Navy SEAL: Expends all ammunition and calls for naval gunfire support in failed attempt to kill snake. Snake bites SEAL and retreats to safety. Hollywood makes fantasy film in which SEALs kill Muslim extremist snakes.

Navy: Fires off 50 cruise missiles from various types of ships, kills snake and makes presentation to Senate Appropriations Committee on how Naval forces are the most cost-effective means of anti-snake force projection.

Marine: Kills snake by accident while looking for souvenirs. Local civilians demand removal of all US forces from Area of Operations.

Marine Recon: Follows snake, gets lost.

Combat Controllers: Guides snake elsewhere.

Para-Rescue Jumper: Wounds snake in initial encounter, then works feverishly to save snake's life.

Supply: (NOTICE: Your anti-snake equipment is on backorder.)

Transport pilot: Receives call for anti-snake equipment, delivers two weeks after due date.

F-16 pilot: Finds snake, drops two CBU-87 cluster bombs, and misses target due to weather.

AH-64 Apache pilot: Unable to locate snake, snakes don't show well on infra-red.

UH-60 Blackhawk pilot: Finds snake on fourth pass after snake starts bonfire to mark Landing Zone. Rotor wash blows snake into the fire.

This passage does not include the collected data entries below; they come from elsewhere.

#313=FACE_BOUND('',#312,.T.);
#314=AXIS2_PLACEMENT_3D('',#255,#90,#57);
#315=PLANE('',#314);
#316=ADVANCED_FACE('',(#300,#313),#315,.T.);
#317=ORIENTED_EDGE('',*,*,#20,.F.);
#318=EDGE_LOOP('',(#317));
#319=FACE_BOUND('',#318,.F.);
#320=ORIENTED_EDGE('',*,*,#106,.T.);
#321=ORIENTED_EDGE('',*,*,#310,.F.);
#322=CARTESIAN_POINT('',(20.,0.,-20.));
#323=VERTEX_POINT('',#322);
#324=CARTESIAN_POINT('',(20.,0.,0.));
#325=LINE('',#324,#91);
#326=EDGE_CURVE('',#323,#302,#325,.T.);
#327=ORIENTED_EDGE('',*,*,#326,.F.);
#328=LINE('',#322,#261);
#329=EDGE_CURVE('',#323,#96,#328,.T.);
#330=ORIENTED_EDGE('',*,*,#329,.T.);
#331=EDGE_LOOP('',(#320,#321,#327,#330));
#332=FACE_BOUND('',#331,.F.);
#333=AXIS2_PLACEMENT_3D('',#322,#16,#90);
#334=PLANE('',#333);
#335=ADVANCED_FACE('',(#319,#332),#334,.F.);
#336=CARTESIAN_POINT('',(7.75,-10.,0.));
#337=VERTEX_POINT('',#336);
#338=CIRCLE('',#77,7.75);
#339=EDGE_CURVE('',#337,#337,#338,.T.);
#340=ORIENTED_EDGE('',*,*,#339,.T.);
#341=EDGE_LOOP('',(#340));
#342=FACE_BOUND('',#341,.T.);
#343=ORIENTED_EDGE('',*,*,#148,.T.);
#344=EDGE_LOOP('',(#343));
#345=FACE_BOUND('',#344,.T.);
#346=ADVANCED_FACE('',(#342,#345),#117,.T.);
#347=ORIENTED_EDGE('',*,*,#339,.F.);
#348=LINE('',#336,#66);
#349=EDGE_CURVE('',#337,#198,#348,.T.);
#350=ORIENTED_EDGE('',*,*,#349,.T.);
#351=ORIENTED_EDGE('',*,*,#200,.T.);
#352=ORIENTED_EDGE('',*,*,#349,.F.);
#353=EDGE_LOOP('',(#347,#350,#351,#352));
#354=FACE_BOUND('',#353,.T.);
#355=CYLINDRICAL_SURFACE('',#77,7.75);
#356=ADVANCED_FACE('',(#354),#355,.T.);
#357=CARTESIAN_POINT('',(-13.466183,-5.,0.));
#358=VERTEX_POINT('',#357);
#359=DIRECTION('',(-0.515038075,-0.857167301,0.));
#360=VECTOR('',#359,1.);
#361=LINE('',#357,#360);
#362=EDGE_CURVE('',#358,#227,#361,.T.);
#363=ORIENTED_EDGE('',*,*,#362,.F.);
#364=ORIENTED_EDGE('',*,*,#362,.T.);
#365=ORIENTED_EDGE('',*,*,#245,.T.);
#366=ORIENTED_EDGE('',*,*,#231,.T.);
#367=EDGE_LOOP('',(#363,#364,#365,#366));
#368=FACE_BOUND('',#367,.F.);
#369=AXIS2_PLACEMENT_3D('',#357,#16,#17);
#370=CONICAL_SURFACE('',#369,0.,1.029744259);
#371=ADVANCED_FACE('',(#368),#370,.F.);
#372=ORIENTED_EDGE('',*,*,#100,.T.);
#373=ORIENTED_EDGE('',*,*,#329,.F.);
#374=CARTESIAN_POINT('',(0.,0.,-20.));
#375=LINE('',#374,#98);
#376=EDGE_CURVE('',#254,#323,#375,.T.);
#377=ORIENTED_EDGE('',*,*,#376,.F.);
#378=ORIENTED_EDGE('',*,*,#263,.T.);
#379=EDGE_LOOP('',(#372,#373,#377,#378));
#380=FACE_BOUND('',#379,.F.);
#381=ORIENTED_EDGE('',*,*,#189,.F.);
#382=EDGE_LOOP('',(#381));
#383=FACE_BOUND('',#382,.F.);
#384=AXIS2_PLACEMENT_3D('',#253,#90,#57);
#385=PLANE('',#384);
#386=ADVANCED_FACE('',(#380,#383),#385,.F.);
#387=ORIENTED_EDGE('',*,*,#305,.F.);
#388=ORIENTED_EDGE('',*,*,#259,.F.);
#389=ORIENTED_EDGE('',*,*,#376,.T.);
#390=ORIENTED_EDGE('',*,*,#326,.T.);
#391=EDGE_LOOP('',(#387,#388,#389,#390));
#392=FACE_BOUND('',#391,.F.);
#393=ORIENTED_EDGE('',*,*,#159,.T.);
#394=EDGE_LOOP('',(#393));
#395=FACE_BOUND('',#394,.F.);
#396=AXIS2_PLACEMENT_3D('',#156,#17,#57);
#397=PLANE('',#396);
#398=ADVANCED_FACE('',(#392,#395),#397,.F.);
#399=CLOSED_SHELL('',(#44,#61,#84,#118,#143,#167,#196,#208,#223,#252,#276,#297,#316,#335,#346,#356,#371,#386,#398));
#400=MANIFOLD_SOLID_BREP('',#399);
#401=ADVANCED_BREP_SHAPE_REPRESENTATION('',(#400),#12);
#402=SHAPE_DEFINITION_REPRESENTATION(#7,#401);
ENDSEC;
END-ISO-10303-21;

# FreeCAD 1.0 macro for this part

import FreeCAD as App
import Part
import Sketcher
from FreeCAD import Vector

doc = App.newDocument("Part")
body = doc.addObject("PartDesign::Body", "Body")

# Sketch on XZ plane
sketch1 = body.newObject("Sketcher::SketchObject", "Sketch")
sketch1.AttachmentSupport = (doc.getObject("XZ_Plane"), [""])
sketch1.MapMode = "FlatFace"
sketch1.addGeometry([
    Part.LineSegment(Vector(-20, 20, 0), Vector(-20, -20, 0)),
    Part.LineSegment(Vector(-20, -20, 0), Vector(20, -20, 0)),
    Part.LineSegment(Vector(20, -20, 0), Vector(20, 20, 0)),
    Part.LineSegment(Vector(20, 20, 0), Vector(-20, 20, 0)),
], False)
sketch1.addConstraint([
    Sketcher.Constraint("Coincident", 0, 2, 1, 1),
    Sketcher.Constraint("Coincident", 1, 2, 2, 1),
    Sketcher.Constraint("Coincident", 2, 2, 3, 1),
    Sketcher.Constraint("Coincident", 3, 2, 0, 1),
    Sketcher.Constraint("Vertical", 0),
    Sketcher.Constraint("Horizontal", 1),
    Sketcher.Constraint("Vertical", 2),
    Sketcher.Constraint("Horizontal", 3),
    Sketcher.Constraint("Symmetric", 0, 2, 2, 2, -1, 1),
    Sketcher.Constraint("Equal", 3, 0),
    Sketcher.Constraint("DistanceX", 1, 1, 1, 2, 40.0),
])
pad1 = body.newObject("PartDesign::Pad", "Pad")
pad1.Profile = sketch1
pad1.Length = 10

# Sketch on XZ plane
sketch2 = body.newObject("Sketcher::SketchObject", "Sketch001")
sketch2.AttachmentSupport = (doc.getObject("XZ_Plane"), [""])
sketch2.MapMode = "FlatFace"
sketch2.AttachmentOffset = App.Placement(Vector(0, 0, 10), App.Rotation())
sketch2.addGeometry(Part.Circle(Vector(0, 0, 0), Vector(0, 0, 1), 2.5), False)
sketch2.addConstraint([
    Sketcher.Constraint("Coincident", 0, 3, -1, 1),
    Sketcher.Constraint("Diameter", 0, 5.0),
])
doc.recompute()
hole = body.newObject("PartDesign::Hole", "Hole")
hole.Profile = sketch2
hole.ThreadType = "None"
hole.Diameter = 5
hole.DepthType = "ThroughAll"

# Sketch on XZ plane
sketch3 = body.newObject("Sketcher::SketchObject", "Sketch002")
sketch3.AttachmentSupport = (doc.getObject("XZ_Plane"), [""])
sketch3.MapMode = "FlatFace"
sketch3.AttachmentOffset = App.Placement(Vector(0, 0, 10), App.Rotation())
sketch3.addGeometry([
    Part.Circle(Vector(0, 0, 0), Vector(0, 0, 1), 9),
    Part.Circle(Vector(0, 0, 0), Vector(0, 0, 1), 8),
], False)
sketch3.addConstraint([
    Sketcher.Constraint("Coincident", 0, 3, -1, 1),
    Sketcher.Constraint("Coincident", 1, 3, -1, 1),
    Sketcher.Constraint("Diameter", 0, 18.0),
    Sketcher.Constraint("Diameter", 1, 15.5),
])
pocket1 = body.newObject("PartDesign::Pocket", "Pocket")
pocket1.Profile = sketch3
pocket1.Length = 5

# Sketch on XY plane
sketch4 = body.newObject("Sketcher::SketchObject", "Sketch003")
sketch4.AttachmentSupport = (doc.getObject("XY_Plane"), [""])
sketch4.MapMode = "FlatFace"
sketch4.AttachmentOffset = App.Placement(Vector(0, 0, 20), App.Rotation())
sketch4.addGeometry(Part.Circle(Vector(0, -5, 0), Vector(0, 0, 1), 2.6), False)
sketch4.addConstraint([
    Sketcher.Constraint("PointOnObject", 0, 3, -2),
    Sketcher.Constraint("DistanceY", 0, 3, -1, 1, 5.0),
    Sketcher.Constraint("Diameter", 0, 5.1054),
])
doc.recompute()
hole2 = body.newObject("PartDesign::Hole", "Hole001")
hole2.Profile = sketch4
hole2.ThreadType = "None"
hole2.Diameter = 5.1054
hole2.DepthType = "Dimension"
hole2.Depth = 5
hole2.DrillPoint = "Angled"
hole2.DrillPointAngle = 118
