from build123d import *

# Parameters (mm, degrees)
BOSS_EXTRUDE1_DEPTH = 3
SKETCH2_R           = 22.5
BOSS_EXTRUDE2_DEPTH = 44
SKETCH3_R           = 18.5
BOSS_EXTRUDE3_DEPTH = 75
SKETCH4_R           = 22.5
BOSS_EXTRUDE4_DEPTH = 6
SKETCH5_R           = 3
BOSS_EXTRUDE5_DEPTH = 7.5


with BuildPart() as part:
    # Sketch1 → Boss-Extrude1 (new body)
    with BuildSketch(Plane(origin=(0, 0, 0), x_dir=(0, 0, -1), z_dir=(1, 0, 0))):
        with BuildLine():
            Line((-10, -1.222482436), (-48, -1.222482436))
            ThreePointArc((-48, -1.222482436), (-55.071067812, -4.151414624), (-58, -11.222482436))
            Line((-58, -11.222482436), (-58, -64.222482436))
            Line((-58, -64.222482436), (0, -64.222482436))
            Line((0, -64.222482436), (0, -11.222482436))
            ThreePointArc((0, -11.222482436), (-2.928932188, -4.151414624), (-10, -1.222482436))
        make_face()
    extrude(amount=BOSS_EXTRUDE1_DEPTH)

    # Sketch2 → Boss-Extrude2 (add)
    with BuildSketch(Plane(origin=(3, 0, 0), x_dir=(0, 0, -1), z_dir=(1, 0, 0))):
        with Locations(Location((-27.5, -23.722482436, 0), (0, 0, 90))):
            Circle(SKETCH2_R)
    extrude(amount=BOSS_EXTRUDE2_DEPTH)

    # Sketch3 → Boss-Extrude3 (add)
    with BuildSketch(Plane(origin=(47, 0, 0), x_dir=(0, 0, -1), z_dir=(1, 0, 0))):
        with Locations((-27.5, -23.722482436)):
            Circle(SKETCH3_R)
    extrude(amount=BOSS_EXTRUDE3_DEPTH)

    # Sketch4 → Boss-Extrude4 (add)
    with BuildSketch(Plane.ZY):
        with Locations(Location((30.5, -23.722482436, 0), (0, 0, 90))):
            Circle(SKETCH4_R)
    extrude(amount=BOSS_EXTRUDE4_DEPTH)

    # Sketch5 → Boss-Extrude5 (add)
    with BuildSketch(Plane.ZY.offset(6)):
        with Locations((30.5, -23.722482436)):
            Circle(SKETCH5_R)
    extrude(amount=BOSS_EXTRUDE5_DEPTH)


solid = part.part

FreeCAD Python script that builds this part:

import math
import FreeCAD as App
import Part
import Sketcher
from FreeCAD import Vector
Q = App.Units.Quantity

doc = App.newDocument("Part")
body = doc.addObject("PartDesign::Body", "Body")

# Sketch on YZ plane
sketch1 = doc.addObject("Sketcher::SketchObject", "Sketch")
body.addObject(sketch1)
sketch1.AttachmentSupport = (doc.YZ_Plane, [""])
sketch1.MapMode = "FlatFace"
sketch1.addGeometry([
    Part.LineSegment(Vector(-1, 10, 0), Vector(-1, 48, 0)),  # 0
    Part.ArcOfCircle(Part.Circle(Vector(-11, 48, 0), Vector(0, 0, 1), 10), math.radians(0), math.radians(90)),  # 1
    Part.LineSegment(Vector(-11, 58, 0), Vector(-64, 58, 0)),  # 2
    Part.LineSegment(Vector(-64, 58, 0), Vector(-64, 0, 0)),  # 3
    Part.LineSegment(Vector(-64, 0, 0), Vector(-11, 0, 0)),  # 4
    Part.ArcOfCircle(Part.Circle(Vector(-11, 10, 0), Vector(0, 0, 1), 10), math.radians(-90), math.radians(0)),  # 5
], False)
sketch1.addConstraint([
    Sketcher.Constraint("Tangent", 0, 2, 1, 1),
    Sketcher.Constraint("Tangent", 1, 2, 2, 1),
    Sketcher.Constraint("Coincident", 2, 2, 3, 1),
    Sketcher.Constraint("Coincident", 3, 2, 4, 1),
    Sketcher.Constraint("Tangent", 4, 2, 5, 1),
    Sketcher.Constraint("Tangent", 5, 2, 0, 1),
    Sketcher.Constraint("Vertical", 0),
    Sketcher.Constraint("Horizontal", 2),
    Sketcher.Constraint("Vertical", 3),
    Sketcher.Constraint("Horizontal", 4),
    Sketcher.Constraint("Equal", 1, 5),
    Sketcher.Constraint("PointOnObject", 3, 2, -1),
    Sketcher.Constraint("Radius", 1, Q("10 mm")),
    Sketcher.Constraint("DistanceX", 2, 2, 2, 1, Q("53 mm")),
    Sketcher.Constraint("DistanceY", 0, 1, 0, 2, Q("38 mm")),
    Sketcher.Constraint("DistanceX", 1, 3, -1, 1, Q("11.222482 mm")),
])
pad1 = doc.addObject("PartDesign::Pad", "Pad")
body.addObject(pad1)
pad1.Profile = sketch1
pad1.Length = 3

# Sketch on YZ plane
sketch2 = doc.addObject("Sketcher::SketchObject", "Sketch001")
body.addObject(sketch2)
sketch2.AttachmentSupport = (doc.YZ_Plane, [""])
sketch2.MapMode = "FlatFace"
sketch2.AttachmentOffset = App.Placement(Vector(0, 0, 3), App.Rotation())
sketch2.addGeometry(Part.Circle(Vector(-24, 28, 0), Vector(0, 0, 1), 22), False)
sketch2.addConstraint([
    Sketcher.Constraint("Diameter", 0, Q("45 mm")),
    Sketcher.Constraint("DistanceY", -1, 1, 0, 3, Q("27.5 mm")),
    Sketcher.Constraint("DistanceX", 0, 3, -1, 1, Q("23.722482 mm")),
])
pad2 = doc.addObject("PartDesign::Pad", "Pad001")
body.addObject(pad2)
pad2.Profile = sketch2
pad2.Length = 44

# Sketch on YZ plane
sketch3 = doc.addObject("Sketcher::SketchObject", "Sketch002")
body.addObject(sketch3)
sketch3.AttachmentSupport = (doc.YZ_Plane, [""])
sketch3.MapMode = "FlatFace"
sketch3.AttachmentOffset = App.Placement(Vector(0, 0, 47), App.Rotation())
sketch3.addGeometry(Part.Circle(Vector(-24, 28, 0), Vector(0, 0, 1), 18), False)
sketch3.addConstraint([
    Sketcher.Constraint("Diameter", 0, Q("37 mm")),
    Sketcher.Constraint("DistanceY", -1, 1, 0, 3, Q("27.5 mm")),
    Sketcher.Constraint("DistanceX", 0, 3, -1, 1, Q("23.722482 mm")),
])
pad3 = doc.addObject("PartDesign::Pad", "Pad002")
body.addObject(pad3)
pad3.Profile = sketch3
pad3.Length = 75

# Sketch on YZ plane
sketch4 = doc.addObject("Sketcher::SketchObject", "Sketch003")
body.addObject(sketch4)
sketch4.AttachmentSupport = (doc.YZ_Plane, [""])
sketch4.MapMode = "FlatFace"
sketch4.addGeometry(Part.Circle(Vector(-24, 30, 0), Vector(0, 0, 1), 22), False)
sketch4.addConstraint([
    Sketcher.Constraint("Diameter", 0, Q("45 mm")),
    Sketcher.Constraint("DistanceY", -1, 1, 0, 3, Q("30.5 mm")),
    Sketcher.Constraint("DistanceX", 0, 3, -1, 1, Q("23.722482 mm")),
])
pad4 = doc.addObject("PartDesign::Pad", "Pad003")
body.addObject(pad4)
pad4.Profile = sketch4
pad4.Length = 6
pad4.Reversed = True

# Sketch on YZ plane
sketch5 = doc.addObject("Sketcher::SketchObject", "Sketch004")
body.addObject(sketch5)
sketch5.AttachmentSupport = (doc.YZ_Plane, [""])
sketch5.MapMode = "FlatFace"
sketch5.AttachmentOffset = App.Placement(Vector(0, 0, -6), App.Rotation())
sketch5.addGeometry(Part.Circle(Vector(-23.7, 30.5, 0), Vector(0, 0, 1), 3), False)
sketch5.addConstraint([
    Sketcher.Constraint("Diameter", 0, Q("6 mm")),
    Sketcher.Constraint("DistanceY", -1, 1, 0, 3, Q("30.5 mm")),
    Sketcher.Constraint("DistanceX", 0, 3, -1, 1, Q("23.722482 mm")),
])
pad5 = doc.addObject("PartDesign::Pad", "Pad004")
body.addObject(pad5)
pad5.Profile = sketch5
pad5.Length = 7.5
pad5.Reversed = True

doc.recompute()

B-52 pilot: Pulls ARCLIGHT mission on snake, kills snake and every other living thing within two miles of target.

Missile crew: Lays in target coordinates to snake in 20 seconds, but can't receive authorization from National Command Authority to use nuclear weapons.

Intelligence officer: Snake? What snake? Only 4 of 35 indicators of snake activity are currently active. We assess the potential for snake activity as LOW.

Judge Advocate General (JAG): Snake declines to bite, citing grounds of professional courtesy.

CH-47 Pilot: Slingleg breaks in flight while slingloading anti-snake equiptment, pilot cuts slingload. Slingload lands on snake and kills it. Crew cheif uses dead snake to replace broken slingleg.

Navy Pilot: Draped snake around neck at Tail Hook to pick up chicks. 

Military Police: Gave snake a sobriety test for not moving in a straight line.

Signal: Broadcasts 200,000+ watt transmissions in support of anti-snake missions, accidentally electrocuted snake in the process.

Corps of Engineers: Surveyed and researched area for plans on improving flood plain, cant do it because snake is on the endangered species list.

Cooks: Snake sneaks in chow hall. Snake dies of food poisoning.


----------